The graph shows that English only accounts for roughly 4% of all tweets, and 86% of the tweets are in Japanese. To understand the contents and frequently used words for these posts, we could use NLP models designed for different languages, or we could translate all foreign languages into English before applying text mining techniques. However, we could start the analysis by analyzing the Emojis used in all posts for quick insights.
Frequently Used Emojis Among All Tweets
Emojis are widely used in social media posts, and they help the users express their posts’ sentiments graphically. Knowing what Emojis are frequently used in show related tweets helps us understand how fans react to the show. To know the most frequently used Emojis, the first step is to group all posts and extract all Emojis used in these posts. Here I have all tweets stored in the DataFrame called _all_tweets:_

As shown above, by filtering tweets with specific hashtags related to the show, there are 222301 tweets in total between October 1st and November 21st in at least 40 different languages. Each row of the DataFrame is one tweet, with various features about these tweets, like the user who posted this tweet, at what time and date, etc. Tweets contents are stored in the column called "tweet". To get the frequency of all Emojis used in all tweets, we can group all 222301 tweets by "concating" or "joining" string variables.
tweets_contents = ','.join(all_tweets['tweet'])
Using the code above will join all rows in the column "tweet" into one giant string variable, separated by a comma. Here is an example with the first two rows:

After combining all tweets, we need to filter out the Emojis out of the string variable "tweets_contents". Emoji is basically a kind of Unicode. We could use regular expressions to exclude all other characters:

As shown here, it includes other symbols like "&", "" that is not something we want. Another way of selecting Emojis out of a string is to use the emoji library:

This works much better. We can write a function and apply it to all tweets.
import emoji
def extract_emojis(x):
return [word for word in x if word in emoji.UNICODE_EMOJI]
all_emojis = extract_emojis(tweets_contents)
After checking the "all_emojis" list, I found that some characters show up frequently in the list but are not Emojis. Including them would bias the results. I then add an extra filter to exclude unwanted items:

Now I have a list called "all_emojis" that stores all the Emojis shown up in the tweets. The next step is to count the frequency of each unique Emojis and show the most frequent ones. This is a classic question of converting a list into a dictionary based on the item frequency. As discussed in my previous article, the easiest way count item frequency and sort the dictionary is to use the Counter library:

As shown by the number of "keys" in the dictionary, there are close to 900 unique Emojis used in all tweets. The Counter dictionary records each Emoji’s frequencies as the dictionary value.
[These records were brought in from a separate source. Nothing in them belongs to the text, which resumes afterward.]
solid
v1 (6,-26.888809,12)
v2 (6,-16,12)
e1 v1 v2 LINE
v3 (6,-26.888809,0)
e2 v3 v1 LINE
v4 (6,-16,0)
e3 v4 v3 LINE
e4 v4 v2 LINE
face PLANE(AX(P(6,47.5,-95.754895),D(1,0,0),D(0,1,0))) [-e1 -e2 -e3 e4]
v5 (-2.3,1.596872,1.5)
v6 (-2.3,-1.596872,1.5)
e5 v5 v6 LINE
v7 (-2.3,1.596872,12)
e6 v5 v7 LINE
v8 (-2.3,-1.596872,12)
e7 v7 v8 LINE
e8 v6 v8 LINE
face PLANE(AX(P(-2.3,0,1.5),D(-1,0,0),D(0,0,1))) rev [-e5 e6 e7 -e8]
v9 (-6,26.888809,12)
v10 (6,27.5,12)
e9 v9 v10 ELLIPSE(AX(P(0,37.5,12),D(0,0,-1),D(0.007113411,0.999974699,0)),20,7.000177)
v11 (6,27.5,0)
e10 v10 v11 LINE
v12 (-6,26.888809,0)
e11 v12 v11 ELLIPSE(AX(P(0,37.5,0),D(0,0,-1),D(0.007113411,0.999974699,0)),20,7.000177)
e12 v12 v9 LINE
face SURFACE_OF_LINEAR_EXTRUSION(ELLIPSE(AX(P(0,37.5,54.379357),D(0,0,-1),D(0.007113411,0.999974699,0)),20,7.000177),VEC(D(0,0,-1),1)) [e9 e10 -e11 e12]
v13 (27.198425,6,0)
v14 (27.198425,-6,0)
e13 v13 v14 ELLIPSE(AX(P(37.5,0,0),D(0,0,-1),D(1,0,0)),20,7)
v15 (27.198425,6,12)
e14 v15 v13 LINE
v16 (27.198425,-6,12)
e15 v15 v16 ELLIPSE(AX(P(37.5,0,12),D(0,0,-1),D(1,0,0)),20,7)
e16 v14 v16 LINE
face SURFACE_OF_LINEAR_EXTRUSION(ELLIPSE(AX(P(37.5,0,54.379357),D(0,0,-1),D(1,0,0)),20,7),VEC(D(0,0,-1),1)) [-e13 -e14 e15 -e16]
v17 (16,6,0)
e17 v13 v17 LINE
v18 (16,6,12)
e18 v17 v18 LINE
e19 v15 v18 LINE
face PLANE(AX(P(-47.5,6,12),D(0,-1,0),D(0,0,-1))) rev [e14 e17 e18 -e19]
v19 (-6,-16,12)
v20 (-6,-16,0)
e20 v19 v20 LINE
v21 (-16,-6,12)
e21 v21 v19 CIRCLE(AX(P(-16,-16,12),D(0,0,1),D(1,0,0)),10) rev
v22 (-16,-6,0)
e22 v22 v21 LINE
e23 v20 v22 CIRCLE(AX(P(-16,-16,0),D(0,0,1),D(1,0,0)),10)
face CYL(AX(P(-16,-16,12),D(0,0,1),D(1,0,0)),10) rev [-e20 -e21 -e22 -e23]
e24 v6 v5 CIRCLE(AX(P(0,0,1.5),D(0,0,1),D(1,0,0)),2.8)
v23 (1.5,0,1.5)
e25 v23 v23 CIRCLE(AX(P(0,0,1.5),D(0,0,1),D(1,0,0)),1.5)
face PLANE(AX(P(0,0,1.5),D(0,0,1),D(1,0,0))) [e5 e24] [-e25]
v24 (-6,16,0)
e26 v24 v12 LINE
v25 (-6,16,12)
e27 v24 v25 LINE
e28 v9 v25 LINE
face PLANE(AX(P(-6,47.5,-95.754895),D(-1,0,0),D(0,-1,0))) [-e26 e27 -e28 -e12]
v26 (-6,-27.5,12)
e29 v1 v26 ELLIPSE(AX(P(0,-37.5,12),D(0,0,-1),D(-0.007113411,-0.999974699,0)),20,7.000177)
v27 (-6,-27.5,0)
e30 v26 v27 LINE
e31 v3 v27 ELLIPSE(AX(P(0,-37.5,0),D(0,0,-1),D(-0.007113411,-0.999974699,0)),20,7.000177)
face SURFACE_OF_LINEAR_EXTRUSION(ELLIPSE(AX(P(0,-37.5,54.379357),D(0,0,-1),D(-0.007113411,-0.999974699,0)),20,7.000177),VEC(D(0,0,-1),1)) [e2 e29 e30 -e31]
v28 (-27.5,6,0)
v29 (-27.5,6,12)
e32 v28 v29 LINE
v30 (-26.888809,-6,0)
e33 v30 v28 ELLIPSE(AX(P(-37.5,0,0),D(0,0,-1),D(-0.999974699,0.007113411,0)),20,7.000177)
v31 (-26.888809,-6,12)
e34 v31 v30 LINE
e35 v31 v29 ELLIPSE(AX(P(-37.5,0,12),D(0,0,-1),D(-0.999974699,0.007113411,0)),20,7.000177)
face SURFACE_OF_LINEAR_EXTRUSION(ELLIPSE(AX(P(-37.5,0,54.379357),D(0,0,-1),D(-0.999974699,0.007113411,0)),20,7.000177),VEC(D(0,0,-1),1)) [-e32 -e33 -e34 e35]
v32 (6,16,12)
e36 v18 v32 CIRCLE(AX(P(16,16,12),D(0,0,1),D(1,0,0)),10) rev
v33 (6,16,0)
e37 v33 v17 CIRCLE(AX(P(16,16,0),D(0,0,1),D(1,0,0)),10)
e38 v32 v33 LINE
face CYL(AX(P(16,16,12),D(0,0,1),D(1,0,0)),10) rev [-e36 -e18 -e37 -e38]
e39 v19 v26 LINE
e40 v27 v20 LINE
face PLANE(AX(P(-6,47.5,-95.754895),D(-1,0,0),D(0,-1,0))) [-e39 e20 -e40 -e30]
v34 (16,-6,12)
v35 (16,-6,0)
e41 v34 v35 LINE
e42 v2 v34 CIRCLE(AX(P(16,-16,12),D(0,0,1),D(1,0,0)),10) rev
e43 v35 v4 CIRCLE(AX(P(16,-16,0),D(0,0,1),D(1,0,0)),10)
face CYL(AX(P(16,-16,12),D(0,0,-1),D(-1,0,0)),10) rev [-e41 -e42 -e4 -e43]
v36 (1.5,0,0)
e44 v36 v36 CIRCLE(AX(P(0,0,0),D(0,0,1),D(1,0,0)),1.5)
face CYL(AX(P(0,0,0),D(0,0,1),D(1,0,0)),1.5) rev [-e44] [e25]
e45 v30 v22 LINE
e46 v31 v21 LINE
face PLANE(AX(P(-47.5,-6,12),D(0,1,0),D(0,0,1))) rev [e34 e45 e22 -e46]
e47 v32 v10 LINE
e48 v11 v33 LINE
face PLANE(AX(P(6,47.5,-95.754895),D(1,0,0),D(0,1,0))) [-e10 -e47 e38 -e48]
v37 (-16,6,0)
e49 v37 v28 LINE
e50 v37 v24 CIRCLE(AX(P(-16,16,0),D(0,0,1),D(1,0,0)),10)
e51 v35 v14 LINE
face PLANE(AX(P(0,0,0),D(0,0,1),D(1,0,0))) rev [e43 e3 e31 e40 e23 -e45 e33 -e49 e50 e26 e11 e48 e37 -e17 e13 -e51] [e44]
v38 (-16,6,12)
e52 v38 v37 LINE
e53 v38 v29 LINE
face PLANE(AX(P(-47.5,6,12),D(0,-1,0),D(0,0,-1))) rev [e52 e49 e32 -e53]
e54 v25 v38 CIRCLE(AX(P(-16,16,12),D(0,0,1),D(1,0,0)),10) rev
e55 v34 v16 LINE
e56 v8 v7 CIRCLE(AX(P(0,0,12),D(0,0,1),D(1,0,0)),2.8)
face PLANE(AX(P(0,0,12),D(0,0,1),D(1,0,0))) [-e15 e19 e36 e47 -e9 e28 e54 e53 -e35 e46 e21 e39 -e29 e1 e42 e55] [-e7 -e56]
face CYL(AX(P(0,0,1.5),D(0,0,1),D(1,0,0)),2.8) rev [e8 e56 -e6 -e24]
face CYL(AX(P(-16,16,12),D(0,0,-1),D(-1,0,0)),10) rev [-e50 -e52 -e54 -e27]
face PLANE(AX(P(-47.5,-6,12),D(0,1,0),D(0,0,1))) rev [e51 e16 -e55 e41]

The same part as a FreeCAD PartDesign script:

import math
import FreeCAD as App
import Part
import Sketcher

V = App.Vector


def edges_at(feature, points):
    """Names of the edges that pass closest to the given points."""
    edges = feature.Shape.Edges
    near = lambda p: min(range(len(edges)), key=lambda i: edges[i].distToShape(Part.Vertex(*p))[0])
    return sorted({f"Edge{near(p) + 1}" for p in points})


def add_polygon(sketch, points):
    """Adds a closed chain of lines whose ends are joined by coincident constraints."""
    first, n = sketch.GeometryCount, len(points)
    for a, b in zip(points, points[1:] + points[:1]):
        sketch.addGeometry(Part.LineSegment(App.Vector(*a, 0), App.Vector(*b, 0)), False)
    for i in range(n):
        sketch.addConstraint(Sketcher.Constraint("Coincident", first + i, 2, first + (i + 1) % n, 1))

doc = App.newDocument("Part")
body = doc.addObject("PartDesign::Body", "Body")

# Sketch on XY plane
sketch1 = body.newObject("Sketcher::SketchObject", "Sketch")
sketch1.AttachmentSupport = (doc.getObject("XY_Plane"), [""])
sketch1.MapMode = "FlatFace"
add_polygon(sketch1, [(-47.5, 6), (-47.5, -6), (47.5, -6), (47.5, 6)])  # lines 0-3
sketch1.addConstraint(Sketcher.Constraint("Vertical", 0))
sketch1.addConstraint(Sketcher.Constraint("Horizontal", 1))
sketch1.addConstraint(Sketcher.Constraint("Vertical", 2))
sketch1.addConstraint(Sketcher.Constraint("Horizontal", 3))
sketch1.addConstraint(Sketcher.Constraint("Symmetric", 0, 2, 2, 2, -1, 1))
sketch1.addConstraint(Sketcher.Constraint("DistanceX", 1, 1, 1, 2, 95.0))
sketch1.addConstraint(Sketcher.Constraint("DistanceY", 0, 2, 0, 1, 12.0))
pad1 = body.newObject("PartDesign::Pad", "Pad")
pad1.Profile = sketch1
pad1.Length = 12

# Sketch on XY plane
sketch2 = body.newObject("Sketcher::SketchObject", "Sketch001")
sketch2.AttachmentSupport = (doc.getObject("XY_Plane"), [""])
sketch2.MapMode = "FlatFace"
sketch2.AttachmentOffset = App.Placement(V(0, 0, 12), App.Rotation())
add_polygon(sketch2, [(-6, 47.5), (-6, -47.5), (6, -47.5), (6, 47.5)])  # lines 0-3
sketch2.addConstraint(Sketcher.Constraint("Vertical", 0))
sketch2.addConstraint(Sketcher.Constraint("Horizontal", 1))
sketch2.addConstraint(Sketcher.Constraint("Vertical", 2))
sketch2.addConstraint(Sketcher.Constraint("Horizontal", 3))
sketch2.addConstraint(Sketcher.Constraint("Symmetric", 0, 2, 2, 2, -1, 1))
sketch2.addConstraint(Sketcher.Constraint("DistanceX", 1, 1, 1, 2, 12.0))
sketch2.addConstraint(Sketcher.Constraint("DistanceY", 0, 2, 0, 1, 95.0))
pad2 = body.newObject("PartDesign::Pad", "Pad001")
pad2.Profile = sketch2
pad2.Length = 12
pad2.Reversed = True

# Sketch on XY plane
sketch3 = body.newObject("Sketcher::SketchObject", "Sketch002")
sketch3.AttachmentSupport = (doc.getObject("XY_Plane"), [""])
sketch3.MapMode = "FlatFace"
sketch3.addGeometry(Part.Ellipse(V(17.5, 0, 0), V(37.5, -7, 0), V(37.5, 0, 0)), False)
sketch3.addGeometry(Part.Ellipse(V(0.142268, 57.499494, 0), V(-7, 37.549795, 0), V(0, 37.5, 0)), False)
sketch3.addGeometry(Part.Ellipse(V(-57.499494, 0.142268, 0), V(-37.549795, -7, 0), V(-37.5, 0, 0)), False)
sketch3.addGeometry(Part.Ellipse(V(-0.142268, -57.499494, 0), V(7, -37.549795, 0), V(0, -37.5, 0)), False)
sketch3.addConstraint(Sketcher.Constraint("Block", 0))
sketch3.addConstraint(Sketcher.Constraint("Block", 1))
sketch3.addConstraint(Sketcher.Constraint("Block", 2))
sketch3.addConstraint(Sketcher.Constraint("Block", 3))
pad3 = body.newObject("PartDesign::Pad", "Pad002")
pad3.Profile = sketch3
pad3.Length = 12

# Sketch on XY plane
sketch4 = body.newObject("Sketcher::SketchObject", "Sketch003")
sketch4.AttachmentSupport = (doc.getObject("XY_Plane"), [""])
sketch4.MapMode = "FlatFace"
sketch4.AttachmentOffset = App.Placement(V(0, 0, 12), App.Rotation())
sketch4.addGeometry(Part.ArcOfCircle(Part.Circle(V(0, 0, 0), V(0, 0, 1), 2.8), math.radians(0), math.radians(145.228056)), False)
sketch4.addGeometry(Part.LineSegment(V(-2.3, 1.596872, 0), V(-2.3, -1.596872, 0)), False)
sketch4.addGeometry(Part.ArcOfCircle(Part.Circle(V(0, 0, 0), V(0, 0, 1), 2.8), math.radians(-145.228056), math.radians(0)), False)
sketch4.addConstraint(Sketcher.Constraint("Coincident", 0, 2, 1, 1))
sketch4.addConstraint(Sketcher.Constraint("Coincident", 1, 2, 2, 1))
sketch4.addConstraint(Sketcher.Constraint("Tangent", 2, 2, 0, 1))
sketch4.addConstraint(Sketcher.Constraint("Vertical", 1))
sketch4.addConstraint(Sketcher.Constraint("Coincident", 0, 3, -1, 1))
sketch4.addConstraint(Sketcher.Constraint("Equal", 0, 2))
sketch4.addConstraint(Sketcher.Constraint("PointOnObject", 2, 2, -1))
sketch4.addConstraint(Sketcher.Constraint("Radius", 0, 2.8))
sketch4.addConstraint(Sketcher.Constraint("DistanceX", 0, 2, -1, 1, 2.3))
pocket1 = body.newObject("PartDesign::Pocket", "Pocket")
pocket1.Profile = sketch4
pocket1.Length = 10.5
doc.recompute()

fillet = body.newObject("PartDesign::Fillet", "Fillet")
fillet.Base = (pocket1, edges_at(pocket1, [
    (6, 6, 6),
    (6, -6, 6),
    (-6, 6, 6),
    (-6, -6, 6),
]))
fillet.Radius = 10

# Sketch on XY plane
sketch5 = body.newObject("Sketcher::SketchObject", "Sketch004")
sketch5.AttachmentSupport = (doc.getObject("XY_Plane"), [""])
sketch5.MapMode = "FlatFace"
sketch5.AttachmentOffset = App.Placement(V(0, 0, 1.5), App.Rotation())
sketch5.addGeometry(Part.Circle(V(0, 0, 0), V(0, 0, 1), 1.5), False)
sketch5.addConstraint(Sketcher.Constraint("Coincident", 0, 3, -1, 1))
sketch5.addConstraint(Sketcher.Constraint("Diameter", 0, 3.0))
pocket2 = body.newObject("PartDesign::Pocket", "Pocket001")
pocket2.Profile = sketch5
pocket2.Type = "ThroughAll"

doc.recompute()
To get the most frequent keys, call the _most_common_ function from Counter:
common_emojis = Counter(all_emojis).most_common(30)
Here I have chosen the top 30 most common Emojis. The common_emojis defined by the code above is a list of tuples with the first element of each tuple as the Emoji, and the second element as the Emoji frequency:

The last step is to plot this list as a bar plot:
vals = [x[1] for x in common_emojis]
legends = [x[0] for x in common_emojis]
plt.figure(figsize=(14,4))
plt.ylim(0, 38000)
plt.title('Top 30 Emojis in over 222k Related Tweets')
#get rid of xticks
plt.tick_params(
axis='x',
which='both',
bottom=False,
top=False,
labelbottom=False)
p = plt.bar(np.arange(len(legends)), vals, color="pink")
# Make labels
for rect1, label in zip(p, legends):
height = rect1.get_height()
plt.annotate(
label,
(rect1.get_x() + rect1.get_width()/2, height+5),
ha="center",
va="bottom",
fontname='Segoe UI Emoji',
fontsize=15
)
plt.savefig('words_tweets.png')
plt.show()
After some adjustments, the graph looks like this:

Due to the limitation in the font by Matplotlib, the Emojis in the plot are not colored. If you know any way that I can use to plot colored Emojis, please do let me know!
Most Frequently Used Emojis By Week
In the previous section, we have looked at all Emojis used in all tweets. We could segment tweets by different weeks and look at the most frequently used Emojis for each week to see whether the fans’ reactions have been different. The "date" column shows the tweet posting dates. Based on the date, we could create a column indicating which week this tweet was posted. Rather than dividing weeks by Mondays, since this show releases every Thursday at midnight, I think it is more meaningful to segment the weeks by episodes releasing date. First, I created timestamps for all show releasing dates. The first episode was released on October 8th, and I set the starting date at one week before the first episode:

To create the "week" column that can be used to groups all tweets after different episodes, I first define a function, then I apply the function into every row of the column "date" using a lambda function:

Checking the number of tweets a week after each episode by _value_counts()_:

This show is getting more and more popular with more episodes being released. Especially for episode 7, it was released on November 19th, and the data were collected until November 21st. With around three days, the number of tweets is already higher than all other weeks.
To get the frequency counts of Emojis in different weeks, we need to groupby the tweets by weeks and apply the frequency count for each week:

Following the previous procedure, after "groupby" tweets by weeks, we use the join function to join all tweets by week to have eight giant strings representing eight weeks.
For each week, we are creating a dictionary to store the Emojis’ frequency counts. Besides, we need to include what week is this dictionary belongs to. Here I am using a list comprehension to construct a list of tuples:
emojis = [(strings.index[i], Counter(extract_emojis(strings.iloc[i])).most_common(1)) for i in range(8)]
The first element of the tuple, "strings.index[i]", is the week index; the second element "Counter(extract_emojis(strings.iloc[i])).most_common(1)" is the most frequent Emoji and its count for this week:

We could use the list "emojis" to plot a bar chart:
import matplotlib.pyplot as plt, numpy as np
# Set up plot
freqs = [emojis[i][1][0][1] for i in range(8)]
labels = [emojis[i][1][0][0] for i in range(8)]
xlabels = [emojis[i][0] for i in range(8)]
plt.figure(figsize=(8,4))
plt.ylim(0, 17000)
p1 = plt.bar(xlabels, freqs, color="pink")
plt.title('Most Used Emojis by Episodes')
# Make labels
for rect1, label in zip(p1, labels):
height = rect1.get_height()
plt.annotate(label,
(rect1.get_x() + rect1.get_width()/2, height+5),
ha="center",
va="bottom",
fontname='Segoe UI Emoji',
fontsize=20)
plt.savefig('emoji_eps.png')
plt.show()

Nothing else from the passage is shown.